Both will have a high resale value so check out the Pod first and if it works for you then keep it. I'm assuming Line6 will announce model packs sometime this year. I can't see them leaving the HD series when they can still upgrade all the PODX3 amps to HD.


----------



## Mazzy (Mar 21, 2012)

It's like putting MLB against Triple A... there's no comparison, it's two separate leagues. But, if you're mostly a bedroom/local band player that does strictly high-gain, I would suggest the POD HD Pro over the Axe FX for price alone. They do sound different, but I wouldn't be sure it's a $1500+ difference if you're not going to take advantage of everything else the Axe FX can do. It's definitely not the end-all be-all solution that it's cracked up to be, and the learning curve is massive compared to the POD HD.


----------



## xCaptainx (Mar 21, 2012)

dbrozz said:


> Honestly, take a listen to Chimp Spanner's latest EP, and TesseracT's stuff, then listen to Misha and Nolly and all the guys who use Fractal.
> Bottom line, both sound fuckin' gnarly and you really can't go wrong.

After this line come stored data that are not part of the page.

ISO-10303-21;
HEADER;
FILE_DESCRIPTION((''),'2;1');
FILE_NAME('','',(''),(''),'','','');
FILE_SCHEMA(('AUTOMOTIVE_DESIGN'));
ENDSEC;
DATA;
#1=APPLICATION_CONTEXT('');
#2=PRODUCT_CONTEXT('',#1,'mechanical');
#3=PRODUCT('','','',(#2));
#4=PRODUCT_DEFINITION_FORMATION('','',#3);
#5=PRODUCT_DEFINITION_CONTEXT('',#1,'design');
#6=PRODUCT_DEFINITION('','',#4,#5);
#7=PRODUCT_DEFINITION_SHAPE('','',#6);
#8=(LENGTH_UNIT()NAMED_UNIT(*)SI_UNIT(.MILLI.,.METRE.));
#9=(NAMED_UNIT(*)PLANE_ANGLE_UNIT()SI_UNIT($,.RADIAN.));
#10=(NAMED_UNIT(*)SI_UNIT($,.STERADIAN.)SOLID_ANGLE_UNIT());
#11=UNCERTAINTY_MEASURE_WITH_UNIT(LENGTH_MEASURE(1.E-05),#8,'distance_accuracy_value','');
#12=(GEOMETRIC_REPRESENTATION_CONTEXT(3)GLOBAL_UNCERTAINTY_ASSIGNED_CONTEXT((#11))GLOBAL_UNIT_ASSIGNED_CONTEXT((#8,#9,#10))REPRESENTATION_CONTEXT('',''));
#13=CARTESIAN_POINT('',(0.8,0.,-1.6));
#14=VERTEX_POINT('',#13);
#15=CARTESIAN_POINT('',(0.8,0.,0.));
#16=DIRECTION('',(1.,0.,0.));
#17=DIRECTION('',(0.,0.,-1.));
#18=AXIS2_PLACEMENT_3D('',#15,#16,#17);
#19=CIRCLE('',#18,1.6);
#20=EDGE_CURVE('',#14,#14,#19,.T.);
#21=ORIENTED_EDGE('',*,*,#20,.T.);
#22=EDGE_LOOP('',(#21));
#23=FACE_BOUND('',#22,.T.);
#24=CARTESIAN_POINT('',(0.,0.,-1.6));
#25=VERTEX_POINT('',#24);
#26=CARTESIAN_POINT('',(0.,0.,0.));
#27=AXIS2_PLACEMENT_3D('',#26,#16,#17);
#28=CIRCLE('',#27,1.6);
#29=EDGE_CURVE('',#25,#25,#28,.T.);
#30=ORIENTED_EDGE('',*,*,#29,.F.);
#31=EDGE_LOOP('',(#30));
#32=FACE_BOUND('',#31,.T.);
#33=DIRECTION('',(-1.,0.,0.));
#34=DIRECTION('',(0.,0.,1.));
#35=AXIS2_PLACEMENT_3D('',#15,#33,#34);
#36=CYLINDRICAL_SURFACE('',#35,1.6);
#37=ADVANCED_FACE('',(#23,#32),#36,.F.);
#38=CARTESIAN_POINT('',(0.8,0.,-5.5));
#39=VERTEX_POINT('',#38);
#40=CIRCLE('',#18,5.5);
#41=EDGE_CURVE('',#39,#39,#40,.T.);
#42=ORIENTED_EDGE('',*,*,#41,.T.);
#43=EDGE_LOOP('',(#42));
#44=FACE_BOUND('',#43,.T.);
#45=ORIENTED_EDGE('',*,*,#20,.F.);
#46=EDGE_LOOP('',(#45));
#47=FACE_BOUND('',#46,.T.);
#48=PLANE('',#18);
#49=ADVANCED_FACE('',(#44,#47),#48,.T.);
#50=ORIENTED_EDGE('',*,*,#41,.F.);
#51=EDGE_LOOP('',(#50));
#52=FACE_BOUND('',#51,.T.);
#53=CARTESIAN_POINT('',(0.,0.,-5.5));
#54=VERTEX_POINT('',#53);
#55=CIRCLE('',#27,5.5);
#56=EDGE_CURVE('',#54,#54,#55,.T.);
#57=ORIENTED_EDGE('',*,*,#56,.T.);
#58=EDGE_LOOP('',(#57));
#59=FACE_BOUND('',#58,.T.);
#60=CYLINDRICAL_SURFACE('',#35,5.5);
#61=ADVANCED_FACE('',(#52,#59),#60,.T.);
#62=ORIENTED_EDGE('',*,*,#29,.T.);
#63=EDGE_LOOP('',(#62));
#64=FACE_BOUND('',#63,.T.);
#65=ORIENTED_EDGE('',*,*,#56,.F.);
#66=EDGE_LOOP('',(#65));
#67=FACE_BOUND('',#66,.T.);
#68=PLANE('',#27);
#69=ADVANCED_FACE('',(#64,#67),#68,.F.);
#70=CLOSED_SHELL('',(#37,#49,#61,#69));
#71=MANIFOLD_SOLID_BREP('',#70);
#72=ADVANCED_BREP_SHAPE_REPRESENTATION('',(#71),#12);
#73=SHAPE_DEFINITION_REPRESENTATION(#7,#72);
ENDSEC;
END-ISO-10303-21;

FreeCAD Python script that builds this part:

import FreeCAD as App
import Part
import Sketcher
Q = App.Units.Quantity

doc = App.newDocument("Part")
body = doc.addObject("PartDesign::Body", "Body")

# Sketch on YZ plane
sketch1 = doc.addObject("Sketcher::SketchObject", "Sketch")
body.addObject(sketch1)
sketch1.AttachmentSupport = (doc.YZ_Plane, [""])
sketch1.MapMode = "FlatFace"
sketch1.addGeometry(Part.Circle(App.Vector(0, 0, 0), App.Vector(0, 0, 1), 5.5), False)
sketch1.addGeometry(Part.Circle(App.Vector(0, 0, 0), App.Vector(0, 0, 1), 1.6), False)
sketch1.addConstraint(Sketcher.Constraint("Coincident", 0, 3, -1, 1))
sketch1.addConstraint(Sketcher.Constraint("Coincident", 1, 3, -1, 1))
sketch1.addConstraint(Sketcher.Constraint("Diameter", 0, Q("11 mm")))
sketch1.addConstraint(Sketcher.Constraint("Diameter", 1, Q("3.2 mm")))
pad1 = doc.addObject("PartDesign::Pad", "Pad")
body.addObject(pad1)
pad1.Profile = sketch1
pad1.Length = 0.8

doc.recompute()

Furthermore, listen to Meshuggahs latest effort and they only used Cubase VST's. 

Tone is all from your ear, not GEAR. The tone I dial up on my HD500 sounds exactly the same as the tones I've dialed up using an axe fx. Given that my only tone limitation is my ears/myself, I went with the HD500 and saved myself a pretty penny in doing so. 

I can't hear $2,500 worth of tone difference between the two, and based on my production knowledge, I can't justify spending an extra $2,500 to get an identical sound anyway. 

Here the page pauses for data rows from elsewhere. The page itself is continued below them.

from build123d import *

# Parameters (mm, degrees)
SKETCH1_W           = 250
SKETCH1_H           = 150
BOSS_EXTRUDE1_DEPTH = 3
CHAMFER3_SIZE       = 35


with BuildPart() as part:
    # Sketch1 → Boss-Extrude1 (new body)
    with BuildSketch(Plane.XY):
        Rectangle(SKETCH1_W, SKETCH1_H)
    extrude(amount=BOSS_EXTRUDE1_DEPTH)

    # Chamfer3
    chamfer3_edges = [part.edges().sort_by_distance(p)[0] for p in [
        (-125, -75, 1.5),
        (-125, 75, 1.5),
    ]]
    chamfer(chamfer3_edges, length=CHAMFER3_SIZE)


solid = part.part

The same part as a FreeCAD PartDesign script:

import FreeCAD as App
import Part
import Sketcher
from FreeCAD import Vector


def edges_at(feature, points):
    """Names of the edges that pass closest to the given points."""
    edges = feature.Shape.Edges
    near = lambda p: min(range(len(edges)), key=lambda i: edges[i].distToShape(Part.Vertex(*p))[0])
    return sorted({f"Edge{near(p) + 1}" for p in points})


def add_polygon(sketch, points):
    """Adds a closed chain of lines whose ends are joined by coincident constraints."""
    first, n = sketch.GeometryCount, len(points)
    for a, b in zip(points, points[1:] + points[:1]):
        sketch.addGeometry(Part.LineSegment(App.Vector(*a, 0), App.Vector(*b, 0)), False)
    for i in range(n):
        sketch.addConstraint(Sketcher.Constraint("Coincident", first + i, 2, first + (i + 1) % n, 1))

doc = App.newDocument("Part")
params = doc.addObject("Spreadsheet::Sheet", "Params")
for row, (alias, value) in enumerate([
    ("sketch1_width", "250 mm"),
    ("sketch1_height", "150 mm"),
    ("pad1_length", "3 mm"),
    ("chamfer_size", "35 mm"),
], start=1):
    params.set(f"A{row}", alias)
    params.set(f"B{row}", "=" + value)
    params.setAlias(f"B{row}", alias)

body = doc.addObject("PartDesign::Body", "Body")

# Sketch on XY plane
sketch1 = doc.addObject("Sketcher::SketchObject", "Sketch")
body.addObject(sketch1)
sketch1.AttachmentSupport = (doc.XY_Plane, [""])
sketch1.MapMode = "FlatFace"
add_polygon(sketch1, [(-125, 75), (-125, -75), (125, -75), (125, 75)])  # lines 0-3
sketch1.addConstraint(Sketcher.Constraint("Vertical", 0))
sketch1.addConstraint(Sketcher.Constraint("Horizontal", 1))
sketch1.addConstraint(Sketcher.Constraint("Vertical", 2))
sketch1.addConstraint(Sketcher.Constraint("Horizontal", 3))
sketch1.addConstraint(Sketcher.Constraint("Symmetric", 0, 2, 2, 2, -1, 1))
sketch1.addConstraint(Sketcher.Constraint("DistanceX", 1, 1, 1, 2, 250.0))
sketch1.addConstraint(Sketcher.Constraint("DistanceY", 0, 2, 0, 1, 150.0))
sketch1.setExpression("Constraints[9]", "Params.sketch1_width")
sketch1.setExpression("Constraints[10]", "Params.sketch1_height")
pad1 = doc.addObject("PartDesign::Pad", "Pad")
body.addObject(pad1)
pad1.Profile = sketch1
pad1.setExpression("Length", "Params.pad1_length")
doc.recompute()

chamfer = doc.addObject("PartDesign::Chamfer", "Chamfer")
body.addObject(chamfer)
chamfer.Base = (pad1, edges_at(pad1, [(-125, -75, 1.5), (-125, 75, 1.5)]))
chamfer.setExpression("Size", "Params.chamfer_size")

doc.recompute()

I use HD500 live, our other guitarist uses an ultra. We both get great tones. If I were you, I'd save some money and get the HD Pro. 

I'm pretty sure the looper on the HD500 is twice as long (we use loopers a lot in our set, I remember our other guitarist saying that his was half the length of mine)


----------



## 0 Xero 0 (Mar 21, 2012)

Also, the axe fx 2 now offers amp profiling like a kemper. That, coupled with the other features it has tip the scales for me. Despite this, as others have said, you'll get good tone no matter what. Just to harp on the fact that a lot of tone comes from your fingers, I have a peavey valveking 112 combo at the moment and the only effect I have is a TS7 and I have a tone pretty similar to Periphery. Most of that comes from my pick attack and my fingers though.


----------



## Sepultorture (Mar 21, 2012)

in box the AFX 1 and 2 are both superior for quality and flexibility over the Pod HD., by no means do i think the HD is shit, it's an excellent unit that pumps out some great tones, and i wouldn't bypass it at all.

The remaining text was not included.